Smart Plug-ins (SPIs) available, both free and at cost, that are designed to be deployed with the OVO UNIX agents to manage specific databases, operating systems, mail servers, and more. The templates and the actions, commands, and monitors they run are fully customizable. New templates, actions, commands, and monitor scripts can be created to do just about anything. If a script can be written to determine if there is a problem, it can be monitored through OVO. If a script can be written to properly correct a problem, it can be an automatic action. A trap template can be assigned to management server or collection station to send SNMP traps that are received by NNM's ovtrapd process to the OVO UNIX message browser via the OVO messaging system. The OVO message can be sent using the TCP protocol to ensure the message gets to the OVO management server.

Whether using NNM alone or in conjunction with OVO, it is recommended that Node Up, Node Down, Interface Up, and Interface Down events be enabled first, and everything else is turned off. If the OVO product is loaded and configured with the basic events and templates deployed, the system will be inundated with information about the monitored systems. Most of this information will be unwanted, unnecessary, and duplicated. Literally tens of thousands of events and messages can easily be generated on a daily basis if the default templates and traps are deployed out-of-the-box. It is virtually impossible to peruse through fifty thousand messages on a daily basis. The same concept applies to NNM. NNM will be flooded with traps from the nodes it discovers, especially if the discovered SNMP agent allows the management server to configure itself as a trap destination. Add alarms and traps as necessary within the product that is suited to detect, report, and act on the problem. If the operators monitoring the Alarm or Message browser are told to "ignore" what is presented in the browser, they will begin to lose faith in the system and its ability to provide alarms that are substantive.

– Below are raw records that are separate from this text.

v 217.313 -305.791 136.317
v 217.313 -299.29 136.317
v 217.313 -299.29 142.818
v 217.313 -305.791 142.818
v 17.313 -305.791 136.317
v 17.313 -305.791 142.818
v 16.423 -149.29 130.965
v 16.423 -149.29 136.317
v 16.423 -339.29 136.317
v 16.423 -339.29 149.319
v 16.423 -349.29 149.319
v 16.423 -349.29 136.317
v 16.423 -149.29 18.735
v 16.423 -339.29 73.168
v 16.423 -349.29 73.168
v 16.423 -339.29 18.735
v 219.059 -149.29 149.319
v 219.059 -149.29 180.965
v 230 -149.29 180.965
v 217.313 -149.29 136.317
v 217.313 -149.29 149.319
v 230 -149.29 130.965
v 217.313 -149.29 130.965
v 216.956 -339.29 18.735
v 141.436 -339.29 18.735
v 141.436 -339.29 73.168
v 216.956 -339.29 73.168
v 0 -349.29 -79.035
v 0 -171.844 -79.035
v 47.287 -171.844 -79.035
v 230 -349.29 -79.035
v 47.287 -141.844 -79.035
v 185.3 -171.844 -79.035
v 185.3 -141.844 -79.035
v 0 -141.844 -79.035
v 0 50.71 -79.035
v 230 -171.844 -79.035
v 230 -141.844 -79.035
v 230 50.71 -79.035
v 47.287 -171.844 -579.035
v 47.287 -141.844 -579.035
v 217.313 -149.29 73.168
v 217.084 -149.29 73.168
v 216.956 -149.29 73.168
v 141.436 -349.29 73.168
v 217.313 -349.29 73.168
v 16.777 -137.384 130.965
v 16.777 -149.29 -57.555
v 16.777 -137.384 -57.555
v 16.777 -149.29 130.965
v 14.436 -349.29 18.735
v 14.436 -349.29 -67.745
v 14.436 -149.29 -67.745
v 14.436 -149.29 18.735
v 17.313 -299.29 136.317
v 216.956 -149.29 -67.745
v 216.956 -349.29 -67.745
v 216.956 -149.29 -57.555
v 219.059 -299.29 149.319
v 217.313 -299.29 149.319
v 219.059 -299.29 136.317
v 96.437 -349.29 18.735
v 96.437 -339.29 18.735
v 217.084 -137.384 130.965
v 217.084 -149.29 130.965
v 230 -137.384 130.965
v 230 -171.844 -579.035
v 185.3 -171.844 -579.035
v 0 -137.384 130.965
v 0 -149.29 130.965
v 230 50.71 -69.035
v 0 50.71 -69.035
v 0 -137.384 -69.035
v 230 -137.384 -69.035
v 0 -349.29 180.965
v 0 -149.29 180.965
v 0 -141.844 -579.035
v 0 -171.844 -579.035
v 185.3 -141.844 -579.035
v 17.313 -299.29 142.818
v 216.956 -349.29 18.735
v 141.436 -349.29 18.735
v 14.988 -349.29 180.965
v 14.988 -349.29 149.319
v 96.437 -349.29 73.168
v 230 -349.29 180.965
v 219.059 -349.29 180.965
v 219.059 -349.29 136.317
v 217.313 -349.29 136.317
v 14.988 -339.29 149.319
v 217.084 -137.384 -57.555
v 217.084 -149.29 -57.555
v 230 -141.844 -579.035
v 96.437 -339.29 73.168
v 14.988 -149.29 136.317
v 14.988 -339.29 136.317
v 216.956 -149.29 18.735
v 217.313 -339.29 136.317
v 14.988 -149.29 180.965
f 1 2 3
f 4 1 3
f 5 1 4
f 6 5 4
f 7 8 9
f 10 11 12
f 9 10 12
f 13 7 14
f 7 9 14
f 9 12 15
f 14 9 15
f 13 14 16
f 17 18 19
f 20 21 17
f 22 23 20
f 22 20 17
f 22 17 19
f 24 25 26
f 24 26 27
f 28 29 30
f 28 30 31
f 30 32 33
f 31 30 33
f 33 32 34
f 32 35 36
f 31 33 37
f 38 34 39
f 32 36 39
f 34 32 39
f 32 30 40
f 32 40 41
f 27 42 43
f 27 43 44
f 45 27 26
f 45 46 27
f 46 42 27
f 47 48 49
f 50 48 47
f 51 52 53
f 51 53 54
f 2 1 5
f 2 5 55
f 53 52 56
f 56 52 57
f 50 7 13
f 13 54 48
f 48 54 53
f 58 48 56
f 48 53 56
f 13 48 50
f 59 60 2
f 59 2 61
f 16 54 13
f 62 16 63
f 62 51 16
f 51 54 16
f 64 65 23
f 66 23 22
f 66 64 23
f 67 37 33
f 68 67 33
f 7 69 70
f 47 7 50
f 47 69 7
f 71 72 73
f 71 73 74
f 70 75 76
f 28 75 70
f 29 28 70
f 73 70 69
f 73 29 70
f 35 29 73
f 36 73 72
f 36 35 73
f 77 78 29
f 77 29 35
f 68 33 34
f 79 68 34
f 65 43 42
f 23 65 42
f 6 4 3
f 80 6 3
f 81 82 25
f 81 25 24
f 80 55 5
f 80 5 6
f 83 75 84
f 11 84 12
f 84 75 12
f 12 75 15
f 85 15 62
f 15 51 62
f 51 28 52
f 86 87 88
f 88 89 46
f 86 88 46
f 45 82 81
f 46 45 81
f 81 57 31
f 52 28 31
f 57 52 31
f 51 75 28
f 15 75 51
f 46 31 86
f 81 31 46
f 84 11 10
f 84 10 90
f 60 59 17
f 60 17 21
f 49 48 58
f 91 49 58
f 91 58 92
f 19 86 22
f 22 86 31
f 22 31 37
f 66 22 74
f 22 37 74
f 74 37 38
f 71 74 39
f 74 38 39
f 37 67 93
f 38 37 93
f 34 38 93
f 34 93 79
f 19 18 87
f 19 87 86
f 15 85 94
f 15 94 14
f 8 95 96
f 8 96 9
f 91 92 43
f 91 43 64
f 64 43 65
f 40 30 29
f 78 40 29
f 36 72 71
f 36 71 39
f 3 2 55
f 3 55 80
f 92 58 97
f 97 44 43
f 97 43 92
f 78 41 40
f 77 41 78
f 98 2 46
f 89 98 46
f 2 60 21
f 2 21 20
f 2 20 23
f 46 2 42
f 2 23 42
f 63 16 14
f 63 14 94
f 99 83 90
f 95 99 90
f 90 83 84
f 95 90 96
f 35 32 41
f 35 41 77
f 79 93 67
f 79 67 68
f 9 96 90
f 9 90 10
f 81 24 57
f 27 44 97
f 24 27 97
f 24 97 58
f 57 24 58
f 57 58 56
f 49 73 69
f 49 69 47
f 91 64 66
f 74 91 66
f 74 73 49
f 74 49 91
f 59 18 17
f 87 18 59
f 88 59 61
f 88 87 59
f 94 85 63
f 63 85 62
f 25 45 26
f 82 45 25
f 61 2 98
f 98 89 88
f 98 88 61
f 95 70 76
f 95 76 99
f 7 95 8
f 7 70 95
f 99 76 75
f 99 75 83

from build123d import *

# Parameters (mm, degrees)
SKETCH_1_W           = 10
SKETCH_1_H           = 200
EXTRUDE_1_DEPTH      = 230
SKETCH_3_W           = 230
SKETCH_3_H           = 10
EXTRUDE_2_DEPTH      = 200
SKETCH_4_W           = 230
SKETCH_4_H           = 200
EXTRUDE_3_DEPTH      = 250
SKETCH_5_W           = 39.107317094
SKETCH_5_H           = 28.520826202
EXTRUDE_4_DEPTH      = 600
SKETCH_6_W           = 42.946967528
SKETCH_6_H           = 25.292733119
EXTRUDE_5_DEPTH      = 600
SKETCH_8_W           = 204.071070321
SKETCH_8_H           = 31.645680933
CUT_EXTRUDE_1_DEPTH  = 600
SKETCH_9_W           = 200.890651603
SKETCH_9_H           = 63.14903284
CUT_EXTRUDE_2_DEPTH  = 600
SKETCH_10_W          = 202.520583334
SKETCH_10_H          = 86.479719268
CUT_EXTRUDE_3_DEPTH  = 600
SKETCH_11_W          = 44.998390002
SKETCH_11_H          = 54.43327072
CUT_EXTRUDE_4_DEPTH  = 600
SKETCH_12_W          = 80.01436718
SKETCH_12_H          = 54.43327072
CUT_EXTRUDE_6_DEPTH  = 190
SKETCH_13_W          = 75.520724131
SKETCH_13_H          = 54.43327072
CUT_EXTRUDE_7_DEPTH  = 190
SKETCH_14_W          = 202.325132129
SKETCH_14_H          = 13.002129503
CUT_EXTRUDE_8_DEPTH  = 190
SKETCH_15_W          = 230
SKETCH_15_H          = 11.90568545
EXTRUDE_6_DEPTH      = 200
SKETCH_16_W          = 200.306698776
SKETCH_16_H          = 188.520008931
CUT_EXTRUDE_9_DEPTH  = 50
SKETCH_17_W          = 202.636589795
SKETCH_17_H          = 13.002129503
CUT_EXTRUDE_10_DEPTH = 50
SKETCH_18_W          = 6.501064751
SKETCH_18_H          = 6.501064751
EXTRUDE_9_DEPTH      = 200
SKETCH_19_W          = 39.107317094
SKETCH_19_H          = 50
CUT_EXTRUDE_11_DEPTH = 1000
SKETCH_20_W          = 42.946967528
SKETCH_20_H          = 50
CUT_EXTRUDE_12_DEPTH = 1000
SKETCH_21_W          = 39.107317094
SKETCH_21_H          = 50
CUT_EXTRUDE_13_DEPTH = 1000
SKETCH_22_W          = 42.946967528
SKETCH_22_H          = 50
CUT_EXTRUDE_14_DEPTH = 1000
SKETCH_23_W          = 39.107317094
SKETCH_23_H          = 28.520826202
CUT_EXTRUDE_15_DEPTH = 500
SKETCH_24_W          = 42.946967528
SKETCH_24_H          = 25.292733119
CUT_EXTRUDE_16_DEPTH = 500
SKETCH_25_W          = 44.7
SKETCH_25_H          = 30
SKETCH_25_W_2        = 47.286683307
EXTRUDE_10_DEPTH     = 500
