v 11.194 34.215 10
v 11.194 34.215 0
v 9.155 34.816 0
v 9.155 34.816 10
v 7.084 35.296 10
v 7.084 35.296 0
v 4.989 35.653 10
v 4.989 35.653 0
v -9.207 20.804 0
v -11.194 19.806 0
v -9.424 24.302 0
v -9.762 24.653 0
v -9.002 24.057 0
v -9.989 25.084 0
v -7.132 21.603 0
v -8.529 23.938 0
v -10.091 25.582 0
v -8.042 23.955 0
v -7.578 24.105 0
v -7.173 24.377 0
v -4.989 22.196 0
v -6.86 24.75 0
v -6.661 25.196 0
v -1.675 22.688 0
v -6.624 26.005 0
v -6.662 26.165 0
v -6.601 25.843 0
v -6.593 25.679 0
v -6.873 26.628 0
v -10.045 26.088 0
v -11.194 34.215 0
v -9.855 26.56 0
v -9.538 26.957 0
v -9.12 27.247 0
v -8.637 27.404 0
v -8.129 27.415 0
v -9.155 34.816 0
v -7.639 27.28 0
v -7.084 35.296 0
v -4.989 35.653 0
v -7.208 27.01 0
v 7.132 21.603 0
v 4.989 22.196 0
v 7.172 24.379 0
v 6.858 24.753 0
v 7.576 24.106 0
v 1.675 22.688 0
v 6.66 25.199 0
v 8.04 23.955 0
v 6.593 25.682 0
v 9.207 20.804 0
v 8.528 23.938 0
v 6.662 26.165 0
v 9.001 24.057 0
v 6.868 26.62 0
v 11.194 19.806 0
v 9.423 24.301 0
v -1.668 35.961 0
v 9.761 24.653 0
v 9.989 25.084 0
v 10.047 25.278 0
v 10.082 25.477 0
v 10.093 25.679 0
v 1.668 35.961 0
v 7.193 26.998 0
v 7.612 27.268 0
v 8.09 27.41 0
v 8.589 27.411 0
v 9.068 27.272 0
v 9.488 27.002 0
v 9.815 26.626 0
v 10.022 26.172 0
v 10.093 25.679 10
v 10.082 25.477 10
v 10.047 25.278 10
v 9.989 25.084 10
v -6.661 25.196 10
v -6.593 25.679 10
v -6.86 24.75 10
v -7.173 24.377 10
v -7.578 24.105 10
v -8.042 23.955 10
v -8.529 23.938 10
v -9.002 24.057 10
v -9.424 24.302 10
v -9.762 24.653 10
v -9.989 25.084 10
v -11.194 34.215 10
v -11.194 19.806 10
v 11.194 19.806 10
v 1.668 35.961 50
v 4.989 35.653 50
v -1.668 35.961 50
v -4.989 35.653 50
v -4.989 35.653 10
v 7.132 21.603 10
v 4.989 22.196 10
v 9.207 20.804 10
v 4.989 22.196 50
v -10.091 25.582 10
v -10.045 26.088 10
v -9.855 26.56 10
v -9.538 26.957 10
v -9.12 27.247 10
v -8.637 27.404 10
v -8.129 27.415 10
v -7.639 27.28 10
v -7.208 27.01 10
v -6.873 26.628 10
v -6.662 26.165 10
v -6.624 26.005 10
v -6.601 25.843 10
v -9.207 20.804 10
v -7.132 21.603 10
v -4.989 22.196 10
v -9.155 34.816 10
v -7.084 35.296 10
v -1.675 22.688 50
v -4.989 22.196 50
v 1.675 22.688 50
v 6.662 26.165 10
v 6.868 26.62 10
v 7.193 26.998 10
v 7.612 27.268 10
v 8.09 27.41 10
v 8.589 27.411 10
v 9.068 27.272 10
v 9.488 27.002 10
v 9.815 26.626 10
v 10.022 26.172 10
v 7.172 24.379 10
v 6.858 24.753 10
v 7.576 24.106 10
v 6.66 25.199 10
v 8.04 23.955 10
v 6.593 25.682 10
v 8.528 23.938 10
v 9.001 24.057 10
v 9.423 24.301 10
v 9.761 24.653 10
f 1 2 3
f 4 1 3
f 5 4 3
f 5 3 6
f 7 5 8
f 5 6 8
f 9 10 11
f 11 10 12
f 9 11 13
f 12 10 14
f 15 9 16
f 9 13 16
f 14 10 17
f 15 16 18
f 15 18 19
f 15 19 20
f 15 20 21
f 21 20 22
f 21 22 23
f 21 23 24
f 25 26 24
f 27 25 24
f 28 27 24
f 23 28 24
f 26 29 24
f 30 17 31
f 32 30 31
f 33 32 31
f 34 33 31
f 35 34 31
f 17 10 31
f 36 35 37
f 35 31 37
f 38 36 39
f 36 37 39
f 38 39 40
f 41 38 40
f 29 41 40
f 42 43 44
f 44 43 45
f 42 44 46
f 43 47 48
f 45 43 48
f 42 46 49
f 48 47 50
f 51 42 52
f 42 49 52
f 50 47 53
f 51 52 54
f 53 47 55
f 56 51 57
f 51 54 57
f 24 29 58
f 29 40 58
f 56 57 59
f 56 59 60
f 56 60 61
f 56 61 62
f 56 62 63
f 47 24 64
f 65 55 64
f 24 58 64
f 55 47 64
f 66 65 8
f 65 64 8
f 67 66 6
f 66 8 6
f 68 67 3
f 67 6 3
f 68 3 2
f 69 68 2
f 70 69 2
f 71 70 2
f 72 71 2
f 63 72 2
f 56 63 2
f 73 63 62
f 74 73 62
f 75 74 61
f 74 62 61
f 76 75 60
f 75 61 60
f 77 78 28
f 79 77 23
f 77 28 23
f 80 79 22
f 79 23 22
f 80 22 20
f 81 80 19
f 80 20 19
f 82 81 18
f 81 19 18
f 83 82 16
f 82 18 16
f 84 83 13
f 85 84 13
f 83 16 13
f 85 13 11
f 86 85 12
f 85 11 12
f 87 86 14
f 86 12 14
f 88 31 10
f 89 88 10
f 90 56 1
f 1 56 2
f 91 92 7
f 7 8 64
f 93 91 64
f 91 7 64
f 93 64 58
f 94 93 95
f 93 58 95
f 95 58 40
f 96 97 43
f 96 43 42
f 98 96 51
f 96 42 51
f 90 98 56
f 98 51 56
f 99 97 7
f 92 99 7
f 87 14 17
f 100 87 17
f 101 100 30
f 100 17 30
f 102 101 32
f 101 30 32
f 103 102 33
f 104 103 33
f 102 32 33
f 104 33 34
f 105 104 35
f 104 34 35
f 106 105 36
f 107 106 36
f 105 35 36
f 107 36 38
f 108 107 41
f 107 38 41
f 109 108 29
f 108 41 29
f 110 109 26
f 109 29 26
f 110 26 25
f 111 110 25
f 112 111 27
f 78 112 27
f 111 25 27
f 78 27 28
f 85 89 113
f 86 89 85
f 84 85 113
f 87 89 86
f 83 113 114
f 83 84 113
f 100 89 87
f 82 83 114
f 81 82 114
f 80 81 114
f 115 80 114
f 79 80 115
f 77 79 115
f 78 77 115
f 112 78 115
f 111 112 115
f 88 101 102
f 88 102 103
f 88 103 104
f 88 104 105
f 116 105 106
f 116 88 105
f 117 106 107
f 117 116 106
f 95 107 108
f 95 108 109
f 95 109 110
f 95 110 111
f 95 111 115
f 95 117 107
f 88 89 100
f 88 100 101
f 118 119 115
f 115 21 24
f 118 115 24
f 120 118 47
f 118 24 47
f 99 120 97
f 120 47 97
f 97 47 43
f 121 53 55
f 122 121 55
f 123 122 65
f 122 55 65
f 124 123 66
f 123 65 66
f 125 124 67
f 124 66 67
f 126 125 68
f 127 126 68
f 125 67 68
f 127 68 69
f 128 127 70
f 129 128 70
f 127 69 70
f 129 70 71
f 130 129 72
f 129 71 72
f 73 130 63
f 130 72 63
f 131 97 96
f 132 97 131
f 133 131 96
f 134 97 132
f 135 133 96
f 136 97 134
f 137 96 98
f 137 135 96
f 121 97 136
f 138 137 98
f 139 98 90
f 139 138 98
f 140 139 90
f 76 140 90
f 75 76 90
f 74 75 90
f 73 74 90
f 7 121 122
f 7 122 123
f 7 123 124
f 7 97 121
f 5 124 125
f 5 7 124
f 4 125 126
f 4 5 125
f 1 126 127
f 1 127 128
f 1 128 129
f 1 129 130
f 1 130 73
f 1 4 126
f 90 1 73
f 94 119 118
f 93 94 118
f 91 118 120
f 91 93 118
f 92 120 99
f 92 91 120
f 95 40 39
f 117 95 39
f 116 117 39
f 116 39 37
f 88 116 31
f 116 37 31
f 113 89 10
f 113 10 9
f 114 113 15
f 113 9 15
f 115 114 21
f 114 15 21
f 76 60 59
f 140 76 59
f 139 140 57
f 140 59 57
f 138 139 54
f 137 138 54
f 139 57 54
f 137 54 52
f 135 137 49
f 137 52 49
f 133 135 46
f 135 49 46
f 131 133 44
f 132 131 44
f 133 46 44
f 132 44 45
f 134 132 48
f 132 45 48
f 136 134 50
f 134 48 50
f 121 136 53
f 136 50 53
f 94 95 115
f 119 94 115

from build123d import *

# Parameters (mm, degrees)
F1_DEPTH = 10
F2_DEPTH = 50


with BuildPart() as f1:
    # F0 (on Top) → F1 (new body)
    with BuildSketch(Plane.XY):
        with BuildLine():
            Line((-11.1938343047, 34.2154654149), (-11.1938343047, 24.5702680807))
            ThreePointArc((-11.1938343047, 24.5702680807), (-10.5947366889, 24.8344831735), (-9.9894082697, 25.0840930157))
            ThreePointArc((-9.9894082697, 25.0840930157), (-8.8842385883, 27.3428748435), (-6.6624588878, 26.1650843983))
            ThreePointArc((-6.6624588878, 26.1650843983), (-5.8286474975, 26.3633622353), (-4.988963041, 26.5350758012))
            Line((-4.988963041, 26.5350758012), (-4.988963041, 35.6526331114))
            ThreePointArc((-4.988963041, 35.6526331114), (-8.1232441321, 35.0715398118), (-11.1938343047, 34.2154654149))
        make_face()
        with BuildLine():
            ThreePointArc((-4.988963041, 26.5350758012), (0, 27), (4.988963041, 26.5350758012))
            Line((4.988963041, 26.5350758012), (4.988963041, 35.6526331114))
            ThreePointArc((4.988963041, 35.6526331114), (0, 36), (-4.988963041, 35.6526331114))
            Line((-4.988963041, 35.6526331114), (-4.988963041, 26.5350758012))
        make_face()
        with BuildLine():
            ThreePointArc((9.9894082697, 25.0840930157), (10.5947366889, 24.8344831735), (11.1938343047, 24.5702680807))
            Line((11.1938343047, 24.5702680807), (11.1938343047, 34.2154654149))
            ThreePointArc((11.1938343047, 34.2154654149), (8.1232441321, 35.0715398118), (4.988963041, 35.6526331114))
            Line((4.988963041, 35.6526331114), (4.988963041, 26.5350758012))
            ThreePointArc((4.988963041, 26.5350758012), (5.8286474975, 26.3633622353), (6.6624588878, 26.1650843983))
            ThreePointArc((6.6624588878, 26.1650843983), (8.5891721662, 27.4111900636), (10.0934588481, 25.67852594))
            ThreePointArc((10.0934588481, 25.67852594), (10.0672499445, 25.3767905326), (9.9894082697, 25.0840930157))
        make_face()
        with BuildLine():
            ThreePointArc((4.988963041, 22.1962327384), (8.1792145377, 21.2288235554), (11.1938343047, 19.8055692561))
            Line((11.1938343047, 19.8055692561), (11.1938343047, 24.5702680807))
            ThreePointArc((11.1938343047, 24.5702680807), (10.5947366889, 24.8344831735), (9.9894082697, 25.0840930157))
            ThreePointArc((9.9894082697, 25.0840930157), (7.802679108, 24.0141770365), (6.6624588878, 26.1650843983))
            ThreePointArc((6.6624588878, 26.1650843983), (5.8286474975, 26.3633622353), (4.988963041, 26.5350758012))
            Line((4.988963041, 26.5350758012), (4.988963041, 22.1962327384))
        make_face()
        with BuildLine():
            Line((-11.1938343047, 24.5702680807), (-11.1938343047, 19.8055692561))
            ThreePointArc((-11.1938343047, 19.8055692561), (-8.1792145377, 21.2288235554), (-4.988963041, 22.1962327384))
            Line((-4.988963041, 22.1962327384), (-4.988963041, 26.5350758012))
            ThreePointArc((-4.988963041, 26.5350758012), (-5.8286474975, 26.3633622353), (-6.6624588878, 26.1650843983))
            ThreePointArc((-6.6624588878, 26.1650843983), (-6.6107947245, 25.9242392581), (-6.5934588481, 25.67852594))
            ThreePointArc((-6.5934588481, 25.67852594), (-8.0417234407, 23.9547348436), (-9.9894082697, 25.0840930157))
            ThreePointArc((-9.9894082697, 25.0840930157), (-10.5947366889, 24.8344831735), (-11.1938343047, 24.5702680807))
        make_face()
        with BuildLine():
            ThreePointArc((-4.988963041, 22.1962327384), (0, 22.75), (4.988963041, 22.1962327384))
            Line((4.988963041, 22.1962327384), (4.988963041, 26.5350758012))
            ThreePointArc((4.988963041, 26.5350758012), (0, 27), (-4.988963041, 26.5350758012))
            Line((-4.988963041, 26.5350758012), (-4.988963041, 22.1962327384))
        make_face()
    extrude(amount=F1_DEPTH)

    # F0 (on Top) → F2 (join)
    with BuildSketch(Plane.XY):
        with BuildLine():
            ThreePointArc((-4.988963041, 26.5350758012), (0, 27), (4.988963041, 26.5350758012))
            Line((4.988963041, 26.5350758012), (4.988963041, 35.6526331114))
            ThreePointArc((4.988963041, 35.6526331114), (0, 36), (-4.988963041, 35.6526331114))
            Line((-4.988963041, 35.6526331114), (-4.988963041, 26.5350758012))
        make_face()
        with BuildLine():
            ThreePointArc((-4.988963041, 22.1962327384), (0, 22.75), (4.988963041, 22.1962327384))
            Line((4.988963041, 22.1962327384), (4.988963041, 26.5350758012))
            ThreePointArc((4.988963041, 26.5350758012), (0, 27), (-4.988963041, 26.5350758012))
            Line((-4.988963041, 26.5350758012), (-4.988963041, 22.1962327384))
        make_face()
    extrude(amount=F2_DEPTH)


solid = f1.part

3.1.2.3 Additional Management Products

Adding management products increases the complexity of the overall solution. Depending on the management requirements, there may be no way to avoid it. Don't add management capabilities if the other products are not working as expected. If the NNM alarm or OVO message browser contains unnecessary alarms, they need to be modified in order that the browser becomes state based. The more products that are added, the more memory, CPU, disk space, backup, and training requirements are needed. There will be more alarms coming if they aren't configured properly and implemented slowly. Keep in mind that some products have different methods of backing up the data, and some may not function in an MC/ServiceGuard or other High Availability configuration. Plus, not all the products can be managed remotely and require access to the system console for configuration. These items must be considered within the plan.

3.1.2.4 Functionality Overlap

There is the possibility of the overlap of functionality within each product. Determine which product has better functionality and use it. Both NNM and OVO have browsers that view alarms. NNM has the Alarm browser and OVO has the Message browser. When deleting alarms in the NNM browser, they are just that: Deleted! Acknowledging OVO messages in the active Message browser moves the message to the history table and remains there until downloaded. Until the message is downloaded from history table, it can be retrieved for viewing. Assigning the trap template to a NNM management console or collection station will forward the SNNP events into the OVO Message browser enabling the OVO Message browser to be primary viewer for alarms.

Note

By deploying an OVO Agent and trap template to a NNM management/collection station, SNMP traps can be sent from the NNM to the OVO via TCP, which guarantees delivery. After the trap has been converted to an OVO message, the message can be owned by an operator, escalated within OVO, text can be added for testing or instructions on what to do with the message when it is received, and so on.